Recent research has demonstrated the potential of using Raspberry Pi clusters to simulate distributed environments for both research and educational purposes. One study utilized a 64-node Raspberry Pi cluster to perform topology optimization tasks, emphasizing energy efficiency and accessibility [1]. Another investigation explored a hybrid environment combining Raspberry Pi nodes with Google Colab to teach parallel and heterogeneous computing, highlighting the benefits of hands-on experience with distributed workflows [2]. Additional findings reported the successful implementation of a modular, portable instructional system using pre-configured Raspberry Pi clusters, which led to significant improvements in student understanding of parallel computing concepts [3].
Beyond academic applications, Raspberry Pi clusters have also been evaluated in terms of energy efficiency and cost-effectiveness.
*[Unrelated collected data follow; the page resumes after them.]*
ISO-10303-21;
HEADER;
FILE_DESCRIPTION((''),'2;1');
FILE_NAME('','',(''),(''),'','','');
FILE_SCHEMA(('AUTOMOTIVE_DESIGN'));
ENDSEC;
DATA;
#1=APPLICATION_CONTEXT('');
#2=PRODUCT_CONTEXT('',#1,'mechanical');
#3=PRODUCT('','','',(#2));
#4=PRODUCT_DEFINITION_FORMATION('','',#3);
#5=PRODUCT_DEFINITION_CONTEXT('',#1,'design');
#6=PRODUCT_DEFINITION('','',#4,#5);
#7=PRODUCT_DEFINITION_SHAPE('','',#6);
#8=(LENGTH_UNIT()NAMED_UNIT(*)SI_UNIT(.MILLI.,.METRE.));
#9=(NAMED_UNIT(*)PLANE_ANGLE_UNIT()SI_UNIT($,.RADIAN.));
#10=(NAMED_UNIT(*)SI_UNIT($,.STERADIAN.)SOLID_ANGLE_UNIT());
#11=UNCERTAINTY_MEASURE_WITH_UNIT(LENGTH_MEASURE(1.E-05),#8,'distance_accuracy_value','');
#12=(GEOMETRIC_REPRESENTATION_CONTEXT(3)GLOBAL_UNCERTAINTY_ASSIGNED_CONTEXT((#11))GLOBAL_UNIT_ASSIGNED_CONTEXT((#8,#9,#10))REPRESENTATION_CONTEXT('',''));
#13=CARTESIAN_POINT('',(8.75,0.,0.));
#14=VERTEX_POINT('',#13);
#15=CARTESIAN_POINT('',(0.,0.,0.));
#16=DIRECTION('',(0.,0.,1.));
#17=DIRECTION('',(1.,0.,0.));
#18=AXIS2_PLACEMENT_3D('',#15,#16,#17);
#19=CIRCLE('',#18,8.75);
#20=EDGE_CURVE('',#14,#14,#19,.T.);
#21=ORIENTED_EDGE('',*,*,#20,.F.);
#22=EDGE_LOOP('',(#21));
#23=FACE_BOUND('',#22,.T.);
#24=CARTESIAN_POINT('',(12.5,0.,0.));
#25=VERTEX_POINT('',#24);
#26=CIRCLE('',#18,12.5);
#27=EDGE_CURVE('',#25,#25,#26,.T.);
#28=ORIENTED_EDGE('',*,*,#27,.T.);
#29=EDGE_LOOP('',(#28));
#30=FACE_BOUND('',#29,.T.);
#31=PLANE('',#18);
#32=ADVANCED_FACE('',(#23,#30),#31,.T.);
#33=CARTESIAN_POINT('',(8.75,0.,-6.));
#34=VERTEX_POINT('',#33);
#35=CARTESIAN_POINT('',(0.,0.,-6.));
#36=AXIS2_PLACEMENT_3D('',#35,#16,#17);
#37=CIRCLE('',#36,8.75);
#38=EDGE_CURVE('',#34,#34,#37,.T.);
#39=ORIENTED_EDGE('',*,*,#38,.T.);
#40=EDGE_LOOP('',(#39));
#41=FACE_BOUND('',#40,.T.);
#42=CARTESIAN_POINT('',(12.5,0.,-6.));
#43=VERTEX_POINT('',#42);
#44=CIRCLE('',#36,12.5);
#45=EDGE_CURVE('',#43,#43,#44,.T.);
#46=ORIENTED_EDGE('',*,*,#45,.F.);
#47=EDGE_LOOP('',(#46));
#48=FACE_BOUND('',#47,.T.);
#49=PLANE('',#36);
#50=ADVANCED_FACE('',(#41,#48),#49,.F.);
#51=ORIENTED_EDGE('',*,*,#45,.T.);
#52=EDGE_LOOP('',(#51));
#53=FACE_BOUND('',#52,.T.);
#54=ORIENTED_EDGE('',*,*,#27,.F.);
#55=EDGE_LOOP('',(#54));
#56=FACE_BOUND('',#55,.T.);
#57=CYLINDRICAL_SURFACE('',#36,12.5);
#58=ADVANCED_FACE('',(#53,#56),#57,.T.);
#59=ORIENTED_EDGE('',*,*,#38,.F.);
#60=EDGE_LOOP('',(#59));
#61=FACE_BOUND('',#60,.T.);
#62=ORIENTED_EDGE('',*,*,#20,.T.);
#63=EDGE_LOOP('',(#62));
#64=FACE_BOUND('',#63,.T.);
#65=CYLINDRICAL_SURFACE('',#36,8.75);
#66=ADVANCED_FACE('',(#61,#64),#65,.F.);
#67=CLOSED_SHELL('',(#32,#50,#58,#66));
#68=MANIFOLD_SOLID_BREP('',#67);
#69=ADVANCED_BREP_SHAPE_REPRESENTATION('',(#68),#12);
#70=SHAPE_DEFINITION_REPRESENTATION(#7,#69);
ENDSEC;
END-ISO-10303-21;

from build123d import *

# Parameters (mm, degrees)
SKETCH_1_R      = 12.5
SKETCH_1_R_2    = 8.75
EXTRUDE_1_DEPTH = 6


with BuildPart() as part:
    # Эскиз1 → Вытянуть1 (new body)
    with BuildSketch(Plane.XY):
        Circle(SKETCH_1_R)
        Circle(SKETCH_1_R_2, mode=Mode.SUBTRACT)
    extrude(amount=-EXTRUDE_1_DEPTH)


solid = part.part
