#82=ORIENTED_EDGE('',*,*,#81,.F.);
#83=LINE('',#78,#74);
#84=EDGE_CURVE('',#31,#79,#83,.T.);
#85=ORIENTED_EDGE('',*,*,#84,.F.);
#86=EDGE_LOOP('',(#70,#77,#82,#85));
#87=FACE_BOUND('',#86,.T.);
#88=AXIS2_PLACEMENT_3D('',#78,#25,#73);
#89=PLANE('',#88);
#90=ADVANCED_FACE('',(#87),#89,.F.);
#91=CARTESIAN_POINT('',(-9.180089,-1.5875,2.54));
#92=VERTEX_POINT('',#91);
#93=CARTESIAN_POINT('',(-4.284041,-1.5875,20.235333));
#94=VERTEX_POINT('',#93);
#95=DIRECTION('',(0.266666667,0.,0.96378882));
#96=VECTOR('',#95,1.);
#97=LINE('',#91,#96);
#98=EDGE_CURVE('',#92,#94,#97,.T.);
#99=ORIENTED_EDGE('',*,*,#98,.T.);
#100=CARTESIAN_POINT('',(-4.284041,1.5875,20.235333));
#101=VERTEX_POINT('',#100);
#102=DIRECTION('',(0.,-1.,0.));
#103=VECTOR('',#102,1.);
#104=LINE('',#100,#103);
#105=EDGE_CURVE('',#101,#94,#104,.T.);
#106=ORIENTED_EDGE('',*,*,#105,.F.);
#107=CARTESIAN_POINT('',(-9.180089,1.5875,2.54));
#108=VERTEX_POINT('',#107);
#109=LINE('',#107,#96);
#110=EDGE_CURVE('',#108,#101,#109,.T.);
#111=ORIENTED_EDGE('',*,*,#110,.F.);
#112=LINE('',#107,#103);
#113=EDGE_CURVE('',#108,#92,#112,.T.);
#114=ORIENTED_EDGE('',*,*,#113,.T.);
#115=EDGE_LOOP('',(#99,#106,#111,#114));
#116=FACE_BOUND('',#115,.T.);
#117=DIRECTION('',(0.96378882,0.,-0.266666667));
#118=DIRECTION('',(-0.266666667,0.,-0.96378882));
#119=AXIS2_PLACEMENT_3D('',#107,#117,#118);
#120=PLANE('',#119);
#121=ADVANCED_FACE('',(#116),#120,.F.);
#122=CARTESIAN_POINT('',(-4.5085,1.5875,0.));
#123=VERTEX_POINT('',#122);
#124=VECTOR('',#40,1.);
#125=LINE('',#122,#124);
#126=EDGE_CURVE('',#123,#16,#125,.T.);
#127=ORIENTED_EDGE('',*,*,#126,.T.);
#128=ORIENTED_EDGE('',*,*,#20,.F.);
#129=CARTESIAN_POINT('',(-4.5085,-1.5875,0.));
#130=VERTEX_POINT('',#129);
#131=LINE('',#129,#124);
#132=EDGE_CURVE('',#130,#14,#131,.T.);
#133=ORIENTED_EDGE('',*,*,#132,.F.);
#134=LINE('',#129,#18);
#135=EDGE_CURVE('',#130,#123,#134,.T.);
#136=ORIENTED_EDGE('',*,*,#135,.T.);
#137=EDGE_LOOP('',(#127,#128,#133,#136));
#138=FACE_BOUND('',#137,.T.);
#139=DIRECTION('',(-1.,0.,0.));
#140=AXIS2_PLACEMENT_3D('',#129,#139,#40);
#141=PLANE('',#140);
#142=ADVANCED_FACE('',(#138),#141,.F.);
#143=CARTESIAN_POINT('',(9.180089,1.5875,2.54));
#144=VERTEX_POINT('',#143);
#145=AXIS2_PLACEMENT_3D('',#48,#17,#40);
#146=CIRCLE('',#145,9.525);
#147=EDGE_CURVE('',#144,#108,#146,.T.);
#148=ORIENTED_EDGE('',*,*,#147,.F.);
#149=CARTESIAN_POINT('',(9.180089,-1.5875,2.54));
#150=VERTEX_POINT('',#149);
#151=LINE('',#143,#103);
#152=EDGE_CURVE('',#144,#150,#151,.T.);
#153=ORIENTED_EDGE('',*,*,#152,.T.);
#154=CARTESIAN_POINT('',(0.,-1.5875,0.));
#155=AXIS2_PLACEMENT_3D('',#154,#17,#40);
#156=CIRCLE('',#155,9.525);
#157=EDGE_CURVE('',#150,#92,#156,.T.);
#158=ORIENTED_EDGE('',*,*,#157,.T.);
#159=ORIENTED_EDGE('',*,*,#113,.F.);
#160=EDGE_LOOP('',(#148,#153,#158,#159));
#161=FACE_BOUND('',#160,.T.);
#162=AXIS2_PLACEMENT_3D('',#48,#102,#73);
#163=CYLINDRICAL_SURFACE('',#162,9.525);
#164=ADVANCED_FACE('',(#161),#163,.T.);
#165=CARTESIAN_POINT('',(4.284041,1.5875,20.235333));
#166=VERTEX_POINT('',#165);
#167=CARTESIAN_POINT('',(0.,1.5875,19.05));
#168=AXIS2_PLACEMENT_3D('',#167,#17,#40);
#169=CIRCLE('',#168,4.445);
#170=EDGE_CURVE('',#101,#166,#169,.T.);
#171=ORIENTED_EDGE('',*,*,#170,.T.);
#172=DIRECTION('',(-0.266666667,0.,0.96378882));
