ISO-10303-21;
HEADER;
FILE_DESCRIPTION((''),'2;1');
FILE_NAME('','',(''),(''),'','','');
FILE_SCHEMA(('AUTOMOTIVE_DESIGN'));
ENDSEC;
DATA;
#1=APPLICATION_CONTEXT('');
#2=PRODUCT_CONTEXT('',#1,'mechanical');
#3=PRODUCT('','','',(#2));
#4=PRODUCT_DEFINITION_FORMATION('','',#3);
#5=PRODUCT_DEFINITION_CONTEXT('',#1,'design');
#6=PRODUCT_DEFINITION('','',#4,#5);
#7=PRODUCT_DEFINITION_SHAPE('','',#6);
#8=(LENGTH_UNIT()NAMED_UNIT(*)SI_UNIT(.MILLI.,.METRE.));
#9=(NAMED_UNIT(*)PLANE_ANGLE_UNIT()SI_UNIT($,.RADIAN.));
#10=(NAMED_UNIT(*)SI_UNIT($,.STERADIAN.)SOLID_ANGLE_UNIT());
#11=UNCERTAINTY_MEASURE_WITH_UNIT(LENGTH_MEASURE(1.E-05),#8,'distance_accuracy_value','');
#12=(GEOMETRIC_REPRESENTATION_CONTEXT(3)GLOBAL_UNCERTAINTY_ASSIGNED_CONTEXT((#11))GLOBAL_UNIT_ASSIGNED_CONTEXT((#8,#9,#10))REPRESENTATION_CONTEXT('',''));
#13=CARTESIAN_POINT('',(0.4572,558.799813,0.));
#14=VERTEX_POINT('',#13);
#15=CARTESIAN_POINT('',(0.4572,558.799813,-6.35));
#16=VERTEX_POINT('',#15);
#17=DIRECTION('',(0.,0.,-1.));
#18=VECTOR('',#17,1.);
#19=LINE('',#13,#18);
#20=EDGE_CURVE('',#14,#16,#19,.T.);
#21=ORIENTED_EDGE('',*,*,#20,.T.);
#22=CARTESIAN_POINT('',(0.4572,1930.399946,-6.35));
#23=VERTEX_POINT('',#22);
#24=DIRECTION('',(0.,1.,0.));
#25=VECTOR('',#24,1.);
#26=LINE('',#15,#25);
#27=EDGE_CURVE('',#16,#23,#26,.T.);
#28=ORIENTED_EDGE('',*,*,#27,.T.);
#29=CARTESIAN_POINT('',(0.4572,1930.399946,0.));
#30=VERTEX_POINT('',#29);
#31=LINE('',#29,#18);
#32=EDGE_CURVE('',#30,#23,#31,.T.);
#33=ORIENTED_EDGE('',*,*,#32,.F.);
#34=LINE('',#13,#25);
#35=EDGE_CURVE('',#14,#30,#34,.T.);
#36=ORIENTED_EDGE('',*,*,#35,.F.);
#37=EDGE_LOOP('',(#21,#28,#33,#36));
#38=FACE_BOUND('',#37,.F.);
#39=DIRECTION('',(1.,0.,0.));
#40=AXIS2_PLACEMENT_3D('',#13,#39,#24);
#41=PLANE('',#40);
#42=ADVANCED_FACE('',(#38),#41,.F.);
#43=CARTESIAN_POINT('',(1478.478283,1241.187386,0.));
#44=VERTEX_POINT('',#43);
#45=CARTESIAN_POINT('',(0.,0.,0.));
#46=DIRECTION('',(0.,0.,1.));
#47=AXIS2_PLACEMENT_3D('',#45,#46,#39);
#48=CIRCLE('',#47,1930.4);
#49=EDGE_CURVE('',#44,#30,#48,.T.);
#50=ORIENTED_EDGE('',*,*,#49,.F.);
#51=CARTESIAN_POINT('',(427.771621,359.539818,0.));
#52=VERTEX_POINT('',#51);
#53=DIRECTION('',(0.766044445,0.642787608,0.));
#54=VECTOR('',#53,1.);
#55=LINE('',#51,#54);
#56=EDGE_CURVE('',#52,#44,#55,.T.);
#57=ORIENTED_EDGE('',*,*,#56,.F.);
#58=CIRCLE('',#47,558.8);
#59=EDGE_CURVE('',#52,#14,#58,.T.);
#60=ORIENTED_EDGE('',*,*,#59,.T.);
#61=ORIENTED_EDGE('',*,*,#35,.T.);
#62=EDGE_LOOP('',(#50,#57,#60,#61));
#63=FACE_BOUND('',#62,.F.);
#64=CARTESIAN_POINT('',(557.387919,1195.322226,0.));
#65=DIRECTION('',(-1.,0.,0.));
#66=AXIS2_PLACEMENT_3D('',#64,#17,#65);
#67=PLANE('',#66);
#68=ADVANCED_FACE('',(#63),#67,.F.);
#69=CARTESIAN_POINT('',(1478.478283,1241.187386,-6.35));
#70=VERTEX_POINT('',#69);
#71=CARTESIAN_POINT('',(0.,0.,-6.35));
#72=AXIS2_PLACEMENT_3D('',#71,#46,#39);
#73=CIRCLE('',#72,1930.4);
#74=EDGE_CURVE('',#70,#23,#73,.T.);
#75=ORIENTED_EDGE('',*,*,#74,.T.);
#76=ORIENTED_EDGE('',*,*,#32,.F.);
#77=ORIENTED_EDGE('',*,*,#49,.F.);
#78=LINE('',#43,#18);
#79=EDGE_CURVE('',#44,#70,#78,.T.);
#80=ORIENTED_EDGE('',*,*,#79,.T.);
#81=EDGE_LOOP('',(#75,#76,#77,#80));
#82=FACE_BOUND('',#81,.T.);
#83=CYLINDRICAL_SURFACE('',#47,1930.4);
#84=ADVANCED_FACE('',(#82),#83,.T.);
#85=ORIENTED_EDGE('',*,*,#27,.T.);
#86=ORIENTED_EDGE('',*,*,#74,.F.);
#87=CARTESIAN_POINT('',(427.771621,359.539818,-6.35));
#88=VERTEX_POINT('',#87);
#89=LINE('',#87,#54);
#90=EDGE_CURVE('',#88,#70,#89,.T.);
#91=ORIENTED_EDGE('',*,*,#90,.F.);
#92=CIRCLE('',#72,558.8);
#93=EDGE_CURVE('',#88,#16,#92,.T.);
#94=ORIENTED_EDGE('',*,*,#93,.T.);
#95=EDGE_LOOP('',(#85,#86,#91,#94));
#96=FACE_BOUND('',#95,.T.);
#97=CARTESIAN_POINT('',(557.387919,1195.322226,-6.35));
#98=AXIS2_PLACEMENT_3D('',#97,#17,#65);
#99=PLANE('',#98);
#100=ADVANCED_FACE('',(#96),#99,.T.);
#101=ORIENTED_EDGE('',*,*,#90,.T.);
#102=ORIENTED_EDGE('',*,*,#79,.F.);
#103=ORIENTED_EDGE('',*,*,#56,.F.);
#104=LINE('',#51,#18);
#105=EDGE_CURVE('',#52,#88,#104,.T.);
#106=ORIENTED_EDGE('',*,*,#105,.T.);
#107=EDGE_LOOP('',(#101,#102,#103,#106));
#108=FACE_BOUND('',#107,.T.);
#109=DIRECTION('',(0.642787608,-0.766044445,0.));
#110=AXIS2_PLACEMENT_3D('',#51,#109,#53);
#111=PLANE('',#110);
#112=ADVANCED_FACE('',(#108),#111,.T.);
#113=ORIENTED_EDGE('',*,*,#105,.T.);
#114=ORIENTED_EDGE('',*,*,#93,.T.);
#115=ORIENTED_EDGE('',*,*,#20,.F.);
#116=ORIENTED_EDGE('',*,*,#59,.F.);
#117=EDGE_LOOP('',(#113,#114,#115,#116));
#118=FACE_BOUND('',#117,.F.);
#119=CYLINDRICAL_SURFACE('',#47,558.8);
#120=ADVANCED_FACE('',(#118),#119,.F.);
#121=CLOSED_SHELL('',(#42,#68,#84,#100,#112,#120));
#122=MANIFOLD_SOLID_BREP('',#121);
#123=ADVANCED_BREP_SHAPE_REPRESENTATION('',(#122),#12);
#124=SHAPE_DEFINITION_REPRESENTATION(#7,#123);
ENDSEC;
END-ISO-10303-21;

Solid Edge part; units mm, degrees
sketch "Sketch1" plane through (0, 0, 0) normal (0, 0, 1) x (1, 0, 0)
  arc A0 (427.7716, 359.5398) -> (0.4572, 558.7998) centre (0, 0) ccw
  line L0 (0.4572, 558.7998) -> (0.4572, 1930.3999)
  arc A1 (1478.4783, 1241.1874) -> (0.4572, 1930.3999) centre (0, 0) ccw
  line L1 (427.7716, 359.5398) -> (1478.4783, 1241.1874)
extrude "Protrusion1" add sketch "Sketch1" against normal blind 6.35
An experiment involving a 25-node cluster assessed its performance and power consumption, demonstrating its viability as an eco-friendly solution for lightweight computing tasks, serving as an alternative to traditional cloud-based setups [4].
One of the most attractive features of such physical cluster installations is the visibility and control these allow. In contrast with proprietary, commercial clouds, local clusters offer direct access to the network layer, system configuration, and hardware interfaces, particularly valuable within the academic community. Furthermore, through the use of ARM-compatible software stacks and open-source orchestration software, users are able to recreate real distributed systems within budget limitations.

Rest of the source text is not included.